Status: Needs work » Needs review
FileSize
11.79 KB
13.32 KB

New patches.

Since this has gotten bigger, I will split out the '-3' portion into a separate issue. Remark #16 can be discussed there. This issue then will be purely what the title said: one different directory per cache bin. This is definitely necessary, because right now the different bins are (potentially) overwriting and deleting each other's files!

This patch has grown larger since #9... in hook_cron(), expired files were just deleted from the one large 'global' cache directory. Since this is not the case anymore, hook_cron() should be able to know which cache directories are actually being used. And Drupal Core doesn't implement a 'registry' of cache bins.
I could have gone for "assume all directories within the 'global parent' are cache bin directories", but it seemed better to implement a kind of 'registry' in the FileCache module.

The deletion code used by hook_cron() has been moved into DrupalFileCache::delete_expired(). Note that followup patches will remove more code duplication (by removing delete_flushed()) - but this was not part of the functionality for this issue.

Rehash:

* patch 1 makes the code adhere to Drupal coding standards because otherwise patch 2 would get unreadable. But I also added something else: watchdog logging for delete_expired() and delete_wildcard(). This should be useful for testing stuff later on. delete_flushed() is unfortunately called way too often to add the watchdog call to.
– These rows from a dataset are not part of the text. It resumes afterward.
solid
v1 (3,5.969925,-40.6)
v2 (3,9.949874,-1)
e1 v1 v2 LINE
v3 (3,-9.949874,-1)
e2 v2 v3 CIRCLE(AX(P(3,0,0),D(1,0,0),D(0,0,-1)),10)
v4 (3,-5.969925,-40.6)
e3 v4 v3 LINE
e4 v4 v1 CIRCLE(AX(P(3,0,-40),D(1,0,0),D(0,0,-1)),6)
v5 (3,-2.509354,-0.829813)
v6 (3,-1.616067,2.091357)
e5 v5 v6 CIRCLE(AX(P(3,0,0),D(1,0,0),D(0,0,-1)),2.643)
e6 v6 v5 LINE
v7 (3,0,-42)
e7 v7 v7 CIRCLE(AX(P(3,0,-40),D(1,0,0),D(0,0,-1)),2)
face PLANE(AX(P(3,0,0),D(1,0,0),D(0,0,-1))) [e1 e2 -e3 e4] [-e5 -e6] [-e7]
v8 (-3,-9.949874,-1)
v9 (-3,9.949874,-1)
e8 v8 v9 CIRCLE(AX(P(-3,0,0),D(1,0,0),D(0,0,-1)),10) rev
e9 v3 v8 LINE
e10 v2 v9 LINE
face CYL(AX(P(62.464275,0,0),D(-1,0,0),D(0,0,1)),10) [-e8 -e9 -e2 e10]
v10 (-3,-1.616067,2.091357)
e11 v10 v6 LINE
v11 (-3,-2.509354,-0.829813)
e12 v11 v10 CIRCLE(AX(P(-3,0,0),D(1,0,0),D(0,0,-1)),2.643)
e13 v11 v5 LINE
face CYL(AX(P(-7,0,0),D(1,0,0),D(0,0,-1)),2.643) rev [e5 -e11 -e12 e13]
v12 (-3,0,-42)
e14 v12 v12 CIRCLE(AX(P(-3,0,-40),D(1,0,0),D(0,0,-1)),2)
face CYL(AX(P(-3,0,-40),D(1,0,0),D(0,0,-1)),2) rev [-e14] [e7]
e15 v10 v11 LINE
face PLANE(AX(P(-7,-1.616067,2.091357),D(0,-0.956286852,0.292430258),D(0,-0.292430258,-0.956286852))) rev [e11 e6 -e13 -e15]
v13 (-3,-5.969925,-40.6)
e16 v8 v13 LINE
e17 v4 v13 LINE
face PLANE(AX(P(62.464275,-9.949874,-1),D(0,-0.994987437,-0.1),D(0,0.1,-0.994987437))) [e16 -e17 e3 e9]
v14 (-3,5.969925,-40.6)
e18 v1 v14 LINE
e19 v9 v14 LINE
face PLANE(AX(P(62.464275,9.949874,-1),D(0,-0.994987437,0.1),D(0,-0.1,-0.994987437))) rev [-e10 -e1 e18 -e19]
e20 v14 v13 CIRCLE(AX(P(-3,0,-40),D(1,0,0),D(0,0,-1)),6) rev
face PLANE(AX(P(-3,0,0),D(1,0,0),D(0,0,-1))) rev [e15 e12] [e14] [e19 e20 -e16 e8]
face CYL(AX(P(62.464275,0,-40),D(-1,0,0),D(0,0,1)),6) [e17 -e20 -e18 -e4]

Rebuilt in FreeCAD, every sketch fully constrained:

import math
import FreeCAD as App
import Part
import Sketcher
Q = App.Units.Quantity

doc = App.newDocument("Part")
params = doc.addObject("Spreadsheet::Sheet", "Params")
for row, (alias, value) in enumerate([
    ("sketch1_radius", "10 mm"),
    ("sketch1_radius2", "6 mm"),
    ("pad1_length", "3 mm"),
    ("pad1_length2", "3 mm"),
    ("sketch2_diameter", "4 mm"),
    ("pocket2_length", "10 mm"),
], start=1):
    params.set(f"A{row}", alias)
    params.set(f"B{row}", "=" + value)
    params.setAlias(f"B{row}", alias)

body = doc.addObject("PartDesign::Body", "Body")

# Sketch on YZ plane
sketch1 = body.newObject("Sketcher::SketchObject", "Sketch")
sketch1.AttachmentSupport = (doc.getObject("YZ_Plane"), [""])
sketch1.MapMode = "FlatFace"
sketch1.addGeometry(Part.ArcOfCircle(Part.Circle(App.Vector(0, 0, 0), App.Vector(0, 0, 1), 10), math.radians(-6), math.radians(186)), False)
sketch1.addGeometry(Part.LineSegment(App.Vector(-10, -1, 0), App.Vector(-6, -41, 0)), False)
sketch1.addGeometry(Part.ArcOfCircle(Part.Circle(App.Vector(0, -40, 0), App.Vector(0, 0, 1), 6), math.radians(-174), math.radians(-6)), False)
sketch1.addGeometry(Part.LineSegment(App.Vector(6, -41, 0), App.Vector(10, -1, 0)), False)
sketch1.addConstraint(Sketcher.Constraint("Tangent", 0, 2, 1, 1))
sketch1.addConstraint(Sketcher.Constraint("Tangent", 1, 2, 2, 1))
sketch1.addConstraint(Sketcher.Constraint("Tangent", 2, 2, 3, 1))
sketch1.addConstraint(Sketcher.Constraint("Tangent", 3, 2, 0, 1))
sketch1.addConstraint(Sketcher.Constraint("Coincident", 0, 3, -1, 1))
sketch1.addConstraint(Sketcher.Constraint("PointOnObject", 2, 3, -2))
sketch1.addConstraint(Sketcher.Constraint("Radius", 0, Q("10 mm")))
sketch1.addConstraint(Sketcher.Constraint("Radius", 2, Q("6 mm")))
sketch1.addConstraint(Sketcher.Constraint("DistanceY", 2, 3, -1, 1, Q("40 mm")))
sketch1.setExpression("Constraints[6]", "Params.sketch1_radius")
sketch1.setExpression("Constraints[7]", "Params.sketch1_radius2")
pad1 = body.newObject("PartDesign::Pad", "Pad")
pad1.Profile = sketch1
pad1.Type = "TwoLengths"
pad1.setExpression("Length", "Params.pad1_length")
pad1.setExpression("Length2", "Params.pad1_length2")

# Sketch on YZ plane
sketch2 = body.newObject("Sketcher::SketchObject", "Sketch001")
sketch2.AttachmentSupport = (doc.getObject("YZ_Plane"), [""])
sketch2.MapMode = "FlatFace"
sketch2.addGeometry(Part.Circle(App.Vector(0, -40, 0), App.Vector(0, 0, 1), 2), False)
sketch2.addConstraint(Sketcher.Constraint("PointOnObject", 0, 3, -2))
sketch2.addConstraint(Sketcher.Constraint("Diameter", 0, Q("4 mm")))
sketch2.addConstraint(Sketcher.Constraint("DistanceY", 0, 3, -1, 1, Q("40 mm")))
sketch2.setExpression("Constraints[1]", "Params.sketch2_diameter")
pocket1 = body.newObject("PartDesign::Pocket", "Pocket")
pocket1.Profile = sketch2
pocket1.Type = "ThroughAll"
pocket1.Midplane = True

# Sketch on YZ plane
sketch3 = body.newObject("Sketcher::SketchObject", "Sketch002")
sketch3.AttachmentSupport = (doc.getObject("YZ_Plane"), [""])
sketch3.MapMode = "FlatFace"
sketch3.AttachmentOffset = App.Placement(App.Vector(0, 0, 3), App.Rotation())
sketch3.addGeometry(Part.LineSegment(App.Vector(-1.6, 2.1, 0), App.Vector(-2.5, -0.8, 0)), False)
sketch3.addGeometry(Part.ArcOfCircle(Part.Circle(App.Vector(0, 0, 0), App.Vector(0, 0, 1), 2.6), math.radians(-162), math.radians(128)), False)
sketch3.addConstraint(Sketcher.Constraint("Coincident", 0, 1, 1, 2))
sketch3.addConstraint(Sketcher.Constraint("Coincident", 1, 1, 0, 2))
sketch3.addConstraint(Sketcher.Constraint("Coincident", 1, 3, -1, 1))
sketch3.addConstraint(Sketcher.Constraint("Radius", 1, Q("2.643 mm")))
sketch3.addConstraint(Sketcher.Constraint("Distance", 0, Q("3.054701 mm")))
sketch3.addConstraint(Sketcher.Constraint("DistanceY", 1, 1, 0, 1, Q("2.921171 mm")))
pocket2 = body.newObject("PartDesign::Pocket", "Pocket001")
pocket2.Profile = sketch3
pocket2.setExpression("Length", "Params.pocket2_length")

doc.recompute()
* patch 2 is the actual patch that fixes the issue. It also has some other general things: checks for empty $bin on __construct() and for empty $cid on get() / set(). I encountered these several times while testing.

roderik’s picture

FileSize
11.85 KB
13.54 KB

...and some minor code reshuffling that would otherwise needlessly end up in #1488870. I'm getting really tired of working with 4 interdependent patches simultaneously...

roderik’s picture

The '-3' patch from #9 has been moved to #1488976: Possibility to have directory trees.

ogi’s picture

PHP files are untabified in d3a4614.

SocialNicheGuru’s picture

Status: Needs review » Closed (fixed)
vinoth.3v’s picture

Are you sure?
last commit on 2012-07-25 ?

vinoth.3v’s picture

Status: Closed (fixed) » Needs work
SocialNicheGuru’s picture

Check the link. It's in the commit log

vinoth.3v’s picture

Issue number is there, Not the patch!

4kant’s picture

Issue summary: View changes

I´m having 75 GB of data in the cache directory.
Since this issue is pretty old: has there been any progress - am I missing something? Perhaps any configuration steps?

Thanks!

cockers’s picture

Will this feature be committed?

  • ogi committed 2af5f7b on 7.x-1.x
    Issue #1211166: Always use separate directory for each cache bins....
ogi’s picture

Status: Needs work » Fixed

Status: Fixed » Closed (fixed)

Automatically closed - issue fixed for 2 weeks with no activity.